TASK DESCRIPTION:
Would you retype every record below exactly as written?
[MATERIAL FOR THIS EXERCISE — start]
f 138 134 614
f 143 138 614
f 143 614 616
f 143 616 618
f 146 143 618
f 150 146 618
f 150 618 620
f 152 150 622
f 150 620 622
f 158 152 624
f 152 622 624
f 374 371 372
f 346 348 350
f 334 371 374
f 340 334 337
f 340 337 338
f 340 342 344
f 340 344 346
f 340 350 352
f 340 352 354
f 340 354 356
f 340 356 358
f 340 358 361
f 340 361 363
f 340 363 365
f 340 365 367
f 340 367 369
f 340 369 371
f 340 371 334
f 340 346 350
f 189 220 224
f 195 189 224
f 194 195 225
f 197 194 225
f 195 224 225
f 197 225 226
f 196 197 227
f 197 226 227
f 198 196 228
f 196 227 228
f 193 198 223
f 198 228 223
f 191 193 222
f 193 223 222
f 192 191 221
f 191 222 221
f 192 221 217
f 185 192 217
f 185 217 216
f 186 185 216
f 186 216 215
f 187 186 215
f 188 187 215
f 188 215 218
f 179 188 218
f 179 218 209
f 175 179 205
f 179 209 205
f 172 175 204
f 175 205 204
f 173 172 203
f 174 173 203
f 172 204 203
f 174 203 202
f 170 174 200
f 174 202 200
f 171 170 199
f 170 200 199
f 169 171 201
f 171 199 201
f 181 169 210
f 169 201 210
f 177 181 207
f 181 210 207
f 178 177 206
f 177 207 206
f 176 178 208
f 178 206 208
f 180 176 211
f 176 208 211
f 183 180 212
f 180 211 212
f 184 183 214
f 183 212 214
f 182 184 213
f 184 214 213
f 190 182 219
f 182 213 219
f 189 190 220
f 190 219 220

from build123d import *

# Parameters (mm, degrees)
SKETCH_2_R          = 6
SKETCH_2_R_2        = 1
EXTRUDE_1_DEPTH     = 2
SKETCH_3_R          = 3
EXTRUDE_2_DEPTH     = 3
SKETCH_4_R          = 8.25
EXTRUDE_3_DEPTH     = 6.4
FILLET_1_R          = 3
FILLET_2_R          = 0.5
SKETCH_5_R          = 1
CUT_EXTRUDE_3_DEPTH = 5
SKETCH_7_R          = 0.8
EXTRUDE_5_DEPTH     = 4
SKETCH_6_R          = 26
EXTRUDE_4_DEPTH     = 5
[MATERIAL FOR THIS EXERCISE — finish]
RESULT BELOW:
f 138 134 614
f 143 138 614
f 143 614 616
f 143 616 618
f 146 143 618
f 150 146 618
f 150 618 620
f 152 150 622
f 150 620 622
f 158 152 624
f 152 622 624
f 374 371 372
f 346 348 350
f 334 371 374
f 340 334 337
f 340 337 338
f 340 342 344
f 340 344 346
f 340 350 352
f 340 352 354
f 340 354 356
f 340 356 358
f 340 358 361
f 340 361 363
f 340 363 365
f 340 365 367
f 340 367 369
f 340 369 371
f 340 371 334
f 340 346 350
f 189 220 224
f 195 189 224
f 194 195 225
f 197 194 225
f 195 224 225
f 197 225 226
f 196 197 227
f 197 226 227
f 198 196 228
f 196 227 228
f 193 198 223
f 198 228 223
f 191 193 222
f 193 223 222
f 192 191 221
f 191 222 221
f 192 221 217
f 185 192 217
f 185 217 216
f 186 185 216
f 186 216 215
f 187 186 215
f 188 187 215
f 188 215 218
f 179 188 218
f 179 218 209
f 175 179 205
f 179 209 205
f 172 175 204
f 175 205 204
f 173 172 203
f 174 173 203
f 172 204 203
f 174 203 202
f 170 174 200
f 174 202 200
f 171 170 199
f 170 200 199
f 169 171 201
f 171 199 201
f 181 169 210
f 169 201 210
f 177 181 207
f 181 210 207
f 178 177 206
f 177 207 206
f 176 178 208
f 178 206 208
f 180 176 211
f 176 208 211
f 183 180 212
f 180 211 212
f 184 183 214
f 183 212 214
f 182 184 213
f 184 214 213
f 190 182 219
f 182 213 219
f 189 190 220
f 190 219 220

from build123d import *

# Parameters (mm, degrees)
SKETCH_2_R          = 6
SKETCH_2_R_2        = 1
EXTRUDE_1_DEPTH     = 2
SKETCH_3_R          = 3
EXTRUDE_2_DEPTH     = 3
SKETCH_4_R          = 8.25
EXTRUDE_3_DEPTH     = 6.4
FILLET_1_R          = 3
FILLET_2_R          = 0.5
SKETCH_5_R          = 1
CUT_EXTRUDE_3_DEPTH = 5
SKETCH_7_R          = 0.8
EXTRUDE_5_DEPTH     = 4
SKETCH_6_R          = 26
EXTRUDE_4_DEPTH     = 5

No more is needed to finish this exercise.